Today we have updated our Crate cluster to version 5.0.1 from 4.8 and a new cluster check info has appear telling “The following tables need to be recreated for compatibility with future major versions of CrateDB”. The link to the documentation is System information — CrateDB: Reference where it tells I need to reindex all tables to manintain compatibility in future versions.
Following the instructions first I haver created a new temporary table using current table “show create table”
CREATE TABLE IF NOT EXISTS "demo"."ts_real_raw" ( "real_id" BIGINT NOT NULL, "date" TIMESTAMP WITHOUT TIME ZONE NOT NULL, "value" DOUBLE PRECISION, "value_text" TEXT, "modification_date" TIMESTAMP WITHOUT TIME ZONE GENERATED ALWAYS AS _cast(_cast(current_timestamp, 'timestamp without time zone'), 'timestamp without time zone'), "year" INTEGER GENERATED ALWAYS AS EXTRACT(YEAR FROM "date") NOT NULL, PRIMARY KEY ("real_id", "date", "year") ) CLUSTERED INTO 4 SHARDS WITH ( "allocation.max_retries" = 5, "blocks.metadata" = false, "blocks.read" = false, "blocks.read_only" = false, "blocks.read_only_allow_delete" = false, "blocks.write" = false, codec = 'default', column_policy = 'dynamic', "mapping.total_fields.limit" = 1000, max_ngram_diff = 1, max_shingle_diff = 3, number_of_replicas = '0-1', "routing.allocation.enable" = 'all', "routing.allocation.total_shards_per_node" = -1, "store.type" = 'fs', "translog.durability" = 'REQUEST', "translog.flush_threshold_size" = 536870912, "translog.sync_interval" = 5000, "unassigned.node_left.delayed_timeout" = 60000, "write.wait_for_active_shards" = '1' )
Then I have changed the order of the steps in the documentation since we are adding data in live, so first I have swaped the table and then try to copy the data.
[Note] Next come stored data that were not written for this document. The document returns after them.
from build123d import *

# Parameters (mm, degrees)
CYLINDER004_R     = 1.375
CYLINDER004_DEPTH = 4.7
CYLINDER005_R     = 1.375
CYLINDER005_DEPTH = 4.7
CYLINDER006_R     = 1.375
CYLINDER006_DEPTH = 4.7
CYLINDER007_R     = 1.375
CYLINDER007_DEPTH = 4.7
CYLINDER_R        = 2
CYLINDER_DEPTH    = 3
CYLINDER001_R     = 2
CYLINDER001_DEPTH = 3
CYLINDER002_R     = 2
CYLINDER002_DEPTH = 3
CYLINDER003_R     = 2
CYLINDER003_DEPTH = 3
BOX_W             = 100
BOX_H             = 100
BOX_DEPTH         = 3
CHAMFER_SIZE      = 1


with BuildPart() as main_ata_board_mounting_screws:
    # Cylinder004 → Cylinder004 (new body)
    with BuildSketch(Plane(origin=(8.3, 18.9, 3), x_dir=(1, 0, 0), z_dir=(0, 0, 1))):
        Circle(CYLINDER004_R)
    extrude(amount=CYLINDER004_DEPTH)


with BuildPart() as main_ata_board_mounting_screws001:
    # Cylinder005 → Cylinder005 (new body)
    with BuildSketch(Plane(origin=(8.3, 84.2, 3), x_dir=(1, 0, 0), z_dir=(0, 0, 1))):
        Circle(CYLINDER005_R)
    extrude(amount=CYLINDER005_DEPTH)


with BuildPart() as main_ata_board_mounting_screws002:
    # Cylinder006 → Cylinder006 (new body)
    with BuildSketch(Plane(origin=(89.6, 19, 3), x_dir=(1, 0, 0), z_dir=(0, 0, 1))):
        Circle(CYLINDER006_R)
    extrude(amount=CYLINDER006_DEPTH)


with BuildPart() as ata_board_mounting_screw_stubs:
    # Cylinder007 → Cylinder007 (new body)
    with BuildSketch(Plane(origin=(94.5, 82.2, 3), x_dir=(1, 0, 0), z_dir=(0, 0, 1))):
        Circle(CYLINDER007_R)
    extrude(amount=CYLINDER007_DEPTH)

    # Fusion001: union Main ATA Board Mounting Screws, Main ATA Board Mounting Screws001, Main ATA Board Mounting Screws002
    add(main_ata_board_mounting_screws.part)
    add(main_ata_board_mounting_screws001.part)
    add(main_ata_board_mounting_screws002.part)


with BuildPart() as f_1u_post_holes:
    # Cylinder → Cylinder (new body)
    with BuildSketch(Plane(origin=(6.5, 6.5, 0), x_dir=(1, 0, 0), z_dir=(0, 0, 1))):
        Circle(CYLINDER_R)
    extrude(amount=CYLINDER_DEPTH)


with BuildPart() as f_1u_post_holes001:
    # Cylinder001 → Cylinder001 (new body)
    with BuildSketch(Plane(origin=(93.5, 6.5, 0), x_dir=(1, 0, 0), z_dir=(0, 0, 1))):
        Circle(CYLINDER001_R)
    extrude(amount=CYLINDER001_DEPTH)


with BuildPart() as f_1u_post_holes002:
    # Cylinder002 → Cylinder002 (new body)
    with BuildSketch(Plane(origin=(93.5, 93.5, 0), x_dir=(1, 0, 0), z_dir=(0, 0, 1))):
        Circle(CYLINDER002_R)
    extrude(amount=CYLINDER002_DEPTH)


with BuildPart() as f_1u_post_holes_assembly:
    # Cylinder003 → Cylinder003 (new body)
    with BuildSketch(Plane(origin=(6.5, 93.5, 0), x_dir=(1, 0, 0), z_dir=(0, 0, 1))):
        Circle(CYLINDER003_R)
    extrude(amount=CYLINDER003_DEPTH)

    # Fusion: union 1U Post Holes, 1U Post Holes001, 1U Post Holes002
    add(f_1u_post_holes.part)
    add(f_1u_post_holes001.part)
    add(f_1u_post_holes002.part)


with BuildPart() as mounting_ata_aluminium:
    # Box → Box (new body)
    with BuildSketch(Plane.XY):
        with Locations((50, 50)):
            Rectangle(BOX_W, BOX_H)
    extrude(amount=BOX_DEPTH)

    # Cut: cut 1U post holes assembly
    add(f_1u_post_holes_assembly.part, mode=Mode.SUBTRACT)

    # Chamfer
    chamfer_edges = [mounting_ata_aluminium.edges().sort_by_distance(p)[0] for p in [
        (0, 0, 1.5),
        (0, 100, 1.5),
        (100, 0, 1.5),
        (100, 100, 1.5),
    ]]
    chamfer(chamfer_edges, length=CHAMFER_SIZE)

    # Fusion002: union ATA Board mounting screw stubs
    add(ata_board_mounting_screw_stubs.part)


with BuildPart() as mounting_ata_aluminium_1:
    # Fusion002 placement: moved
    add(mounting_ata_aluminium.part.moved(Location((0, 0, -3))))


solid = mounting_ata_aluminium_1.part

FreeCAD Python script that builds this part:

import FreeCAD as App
import Part
import Sketcher

V = App.Vector
Q = App.Units.Quantity


def edges_at(feature, points):
    """Names of the edges that pass closest to the given points."""
    edges = feature.Shape.Edges
    near = lambda p: min(range(len(edges)), key=lambda i: edges[i].distToShape(Part.Vertex(*p))[0])
    return sorted({f"Edge{near(p) + 1}" for p in points})

doc = App.newDocument("Part")
params = doc.addObject("Spreadsheet::Sheet", "Params")
for row, (alias, value) in enumerate([
    ("sketch1_diameter", "2.75 mm"),
    ("pad1_length", "4.7 mm"),
    ("sketch2_diameter", "2.75 mm"),
    ("pad2_length", "4.7 mm"),
    ("sketch3_diameter", "2.75 mm"),
    ("pad3_length", "4.7 mm"),
    ("sketch4_diameter", "2.75 mm"),
    ("pad4_length", "4.7 mm"),
    ("sketch5_diameter", "4 mm"),
    ("pad5_length", "3 mm"),
    ("sketch6_diameter", "4 mm"),
    ("pad6_length", "3 mm"),
    ("sketch7_diameter", "4 mm"),
    ("pad7_length", "3 mm"),
    ("sketch8_diameter", "4 mm"),
    ("pad8_length", "3 mm"),
    ("sketch9_width", "100 mm"),
    ("pad9_length", "3 mm"),
    ("chamfer_size", "1 mm"),
], start=1):
    params.set(f"A{row}", alias)
    params.set(f"B{row}", "=" + value)
    params.setAlias(f"B{row}", alias)

body = doc.addObject("PartDesign::Body", "Body")

sketch1 = body.newObject("Sketcher::SketchObject", "Sketch")
sketch1.AttachmentSupport = (doc.getObject("XY_Plane"), [""])
sketch1.MapMode = "FlatFace"
sketch1.AttachmentOffset = App.Placement(V(0, 0, 3), App.Rotation())
sketch1.addGeometry(Part.Circle(V(8.3, 18.9, 0), V(0, 0, 1), 1.4), False)
sketch1.addConstraint([
    Sketcher.Constraint("Diameter", 0, Q("2.75 mm")),
    Sketcher.Constraint("DistanceX", -1, 1, 0, 3, Q("8.3 mm")),
    Sketcher.Constraint("DistanceY", -1, 1, 0, 3, Q("18.9 mm")),
])
sketch1.setExpression("Constraints[0]", "Params.sketch1_diameter")
pad1 = body.newObject("PartDesign::Pad", "Pad")
pad1.Profile = sketch1
pad1.setExpression("Length", "Params.pad1_length")
body2 = doc.addObject("PartDesign::Body", "Body001")

sketch2 = body2.newObject("Sketcher::SketchObject", "Sketch001")
sketch2.AttachmentSupport = (doc.getObject("XY_Plane001"), [""])
sketch2.MapMode = "FlatFace"
sketch2.AttachmentOffset = App.Placement(V(0, 0, 3), App.Rotation())
sketch2.addGeometry(Part.Circle(V(8.3, 84.2, 0), V(0, 0, 1), 1.4), False)
sketch2.addConstraint([
    Sketcher.Constraint("Diameter", 0, Q("2.75 mm")),
    Sketcher.Constraint("DistanceX", -1, 1, 0, 3, Q("8.3 mm")),
    Sketcher.Constraint("DistanceY", -1, 1, 0, 3, Q("84.2 mm")),
])
sketch2.setExpression("Constraints[0]", "Params.sketch2_diameter")
pad2 = body2.newObject("PartDesign::Pad", "Pad001")
pad2.Profile = sketch2
pad2.setExpression("Length", "Params.pad2_length")
body3 = doc.addObject("PartDesign::Body", "Body002")

sketch3 = body3.newObject("Sketcher::SketchObject", "Sketch002")
sketch3.AttachmentSupport = (doc.getObject("XY_Plane002"), [""])
sketch3.MapMode = "FlatFace"
sketch3.AttachmentOffset = App.Placement(V(0, 0, 3), App.Rotation())
sketch3.addGeometry(Part.Circle(V(89.6, 19, 0), V(0, 0, 1), 1.4), False)
sketch3.addConstraint([
    Sketcher.Constraint("Diameter", 0, Q("2.75 mm")),
    Sketcher.Constraint("DistanceY", -1, 1, 0, 3, Q("19 mm")),
    Sketcher.Constraint("DistanceX", -1, 1, 0, 3, Q("89.6 mm")),
])
sketch3.setExpression("Constraints[0]", "Params.sketch3_diameter")
pad3 = body3.newObject("PartDesign::Pad", "Pad002")
pad3.Profile = sketch3
pad3.setExpression("Length", "Params.pad3_length")
body4 = doc.addObject("PartDesign::Body", "Body003")
body4.AllowCompound = True

sketch4 = body4.newObject("Sketcher::SketchObject", "Sketch003")
sketch4.AttachmentSupport = (doc.getObject("XY_Plane003"), [""])
sketch4.MapMode = "FlatFace"
sketch4.AttachmentOffset = App.Placement(V(0, 0, 3), App.Rotation())
sketch4.addGeometry(Part.Circle(V(94.5, 82.2, 0), V(0, 0, 1), 1.4), False)
sketch4.addConstraint([
    Sketcher.Constraint("Diameter", 0, Q("2.75 mm")),
    Sketcher.Constraint("DistanceX", -1, 1, 0, 3, Q("94.5 mm")),
    Sketcher.Constraint("DistanceY", -1, 1, 0, 3, Q("82.2 mm")),
])
sketch4.setExpression("Constraints[0]", "Params.sketch4_diameter")
pad4 = body4.newObject("PartDesign::Pad", "Pad003")
pad4.Profile = sketch4
pad4.setExpression("Length", "Params.pad4_length")
doc.recompute()

boolean = body4.newObject("PartDesign::Boolean", "Boolean")
boolean.Type = "Fuse"
boolean.addObjects([body])
doc.recompute()

boolean2 = body4.newObject("PartDesign::Boolean", "Boolean001")
boolean2.Type = "Fuse"
boolean2.addObjects([body2])
doc.recompute()

boolean3 = body4.newObject("PartDesign::Boolean", "Boolean002")
boolean3.Type = "Fuse"
boolean3.addObjects([body3])
body5 = doc.addObject("PartDesign::Body", "Body004")

sketch5 = body5.newObject("Sketcher::SketchObject", "Sketch004")
sketch5.AttachmentSupport = (doc.getObject("XY_Plane004"), [""])
sketch5.MapMode = "FlatFace"
sketch5.addGeometry(Part.Circle(V(6.5, 6.5, 0), V(0, 0, 1), 2), False)
sketch5.addConstraint([
    Sketcher.Constraint("Diameter", 0, Q("4 mm")),
    Sketcher.Constraint("DistanceX", -1, 1, 0, 3, Q("6.5 mm")),
    Sketcher.Constraint("DistanceY", -1, 1, 0, 3, Q("6.5 mm")),
])
sketch5.setExpression("Constraints[0]", "Params.sketch5_diameter")
pad5 = body5.newObject("PartDesign::Pad", "Pad004")
pad5.Profile = sketch5
pad5.setExpression("Length", "Params.pad5_length")
body6 = doc.addObject("PartDesign::Body", "Body005")

sketch6 = body6.newObject("Sketcher::SketchObject", "Sketch005")
sketch6.AttachmentSupport = (doc.getObject("XY_Plane005"), [""])
sketch6.MapMode = "FlatFace"
sketch6.addGeometry(Part.Circle(V(93.5, 6.5, 0), V(0, 0, 1), 2), False)
sketch6.addConstraint([
    Sketcher.Constraint("Diameter", 0, Q("4 mm")),
    Sketcher.Constraint("DistanceX", -1, 1, 0, 3, Q("93.5 mm")),
    Sketcher.Constraint("DistanceY", -1, 1, 0, 3, Q("6.5 mm")),
])
sketch6.setExpression("Constraints[0]", "Params.sketch6_diameter")
pad6 = body6.newObject("PartDesign::Pad", "Pad005")
pad6.Profile = sketch6
pad6.setExpression("Length", "Params.pad6_length")
body7 = doc.addObject("PartDesign::Body", "Body006")

sketch7 = body7.newObject("Sketcher::SketchObject", "Sketch006")
sketch7.AttachmentSupport = (doc.getObject("XY_Plane006"), [""])
sketch7.MapMode = "FlatFace"
sketch7.addGeometry(Part.Circle(V(93.5, 93.5, 0), V(0, 0, 1), 2), False)
sketch7.addConstraint([
    Sketcher.Constraint("Diameter", 0, Q("4 mm")),
    Sketcher.Constraint("DistanceX", -1, 1, 0, 3, Q("93.5 mm")),
    Sketcher.Constraint("DistanceY", -1, 1, 0, 3, Q("93.5 mm")),
])
sketch7.setExpression("Constraints[0]", "Params.sketch7_diameter")
pad7 = body7.newObject("PartDesign::Pad", "Pad006")
pad7.Profile = sketch7
pad7.setExpression("Length", "Params.pad7_length")
body8 = doc.addObject("PartDesign::Body", "Body007")
body8.AllowCompound = True

sketch8 = body8.newObject("Sketcher::SketchObject", "Sketch007")
sketch8.AttachmentSupport = (doc.getObject("XY_Plane007"), [""])
sketch8.MapMode = "FlatFace"
sketch8.addGeometry(Part.Circle(V(6.5, 93.5, 0), V(0, 0, 1), 2), False)
sketch8.addConstraint([
    Sketcher.Constraint("Diameter", 0, Q("4 mm")),
    Sketcher.Constraint("DistanceX", -1, 1, 0, 3, Q("6.5 mm")),
    Sketcher.Constraint("DistanceY", -1, 1, 0, 3, Q("93.5 mm")),
])
sketch8.setExpression("Constraints[0]", "Params.sketch8_diameter")
pad8 = body8.newObject("PartDesign::Pad", "Pad007")
pad8.Profile = sketch8
pad8.setExpression("Length", "Params.pad8_length")
doc.recompute()

boolean4 = body8.newObject("PartDesign::Boolean", "Boolean003")
boolean4.Type = "Fuse"
boolean4.addObjects([body5])
doc.recompute()

boolean5 = body8.newObject("PartDesign::Boolean", "Boolean004")
boolean5.Type = "Fuse"
boolean5.addObjects([body6])
doc.recompute()

boolean6 = body8.newObject("PartDesign::Boolean", "Boolean005")
boolean6.Type = "Fuse"
boolean6.addObjects([body7])
body9 = doc.addObject("PartDesign::Body", "Body008")

sketch9 = body9.newObject("Sketcher::SketchObject", "Sketch008")
sketch9.AttachmentSupport = (doc.getObject("XY_Plane008"), [""])
sketch9.MapMode = "FlatFace"
sketch9.addGeometry([
    Part.LineSegment(V(0, 100, 0), V(0, 0, 0)),
    Part.LineSegment(V(0, 0, 0), V(100, 0, 0)),
    Part.LineSegment(V(100, 0, 0), V(100, 100, 0)),
    Part.LineSegment(V(100, 100, 0), V(0, 100, 0)),
], False)
sketch9.addConstraint([
    Sketcher.Constraint("Coincident", 0, 2, 1, 1),
    Sketcher.Constraint("Coincident", 1, 2, 2, 1),
    Sketcher.Constraint("Coincident", 2, 2, 3, 1),
    Sketcher.Constraint("Coincident", 3, 2, 0, 1),
    Sketcher.Constraint("Vertical", 0),
    Sketcher.Constraint("Horizontal", 1),
    Sketcher.Constraint("Vertical", 2),
    Sketcher.Constraint("Horizontal", 3),
    Sketcher.Constraint("Coincident", 0, 2, -1, 1),
    Sketcher.Constraint("Equal", 3, 0),
    Sketcher.Constraint("DistanceX", 1, 1, 1, 2, Q("100 mm")),
])
sketch9.setExpression("Constraints[10]", "Params.sketch9_width")
pad9 = body9.newObject("PartDesign::Pad", "Pad008")
pad9.Profile = sketch9
pad9.setExpression("Length", "Params.pad9_length")
doc.recompute()

boolean7 = body9.newObject("PartDesign::Boolean", "Boolean006")
boolean7.Type = "Cut"
boolean7.addObjects([body8])
doc.recompute()

chamfer = body9.newObject("PartDesign::Chamfer", "Chamfer")
chamfer.Base = (boolean7, edges_at(boolean7, [
    (0, 0, 1.5),
    (0, 100, 1.5),
    (100, 0, 1.5),
    (100, 100, 1.5),
]))
chamfer.setExpression("Size", "Params.chamfer_size")
doc.recompute()

boolean8 = body9.newObject("PartDesign::Boolean", "Boolean007")
boolean8.Type = "Fuse"
boolean8.addObjects([body4])
body10 = doc.addObject("PartDesign::Body", "Body009")
doc.recompute()

body9.Placement = App.Placement(V(0, 0, -3), App.Rotation(V(0, 0, 1), 0))
boolean9 = body10.newObject("PartDesign::Boolean", "Boolean008")
boolean9.Type = "Fuse"
boolean9.addObjects([body9])

doc.recompute()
alter cluster swap table demo.ts_real_raw2 to demo.ts_real_raw
insert into demo.ts_real_raw (real_id, date, value, value_text) (select real_id, date, value, value_text from demo.ts_real_raw2);
And then executed the insert query:
insert into bemp_demo.ts_real_raw (real_id, date, value, value_text) (select real_id, date, value, value_text from bemp_demo.ts_real_raw2);
I have removed autogenerated modification_date and year columns since they are autogenerated.
After executing this query around 800 registries have been copied but now the task is stuck for several hours. The cluster activity (disk, memory and cpu) is at normal working levels (no overload) so seems it is doing nothing.
Listing active jobs shows the insertion job:
select * from sys.jobs;
The original table has 83.1 Million records and it is about 4.3 GiB. There is no error in Crate logs, I have tried running the query several times and all tries appear in job list, but the record count does not increment.
¿How can I debug what is happening?
More info: I am using web interface to execute queries. KILL commands does not terminate the jobs, after restaring the cluster and trying again the same happens, only a few records are copied and the job seems stuck.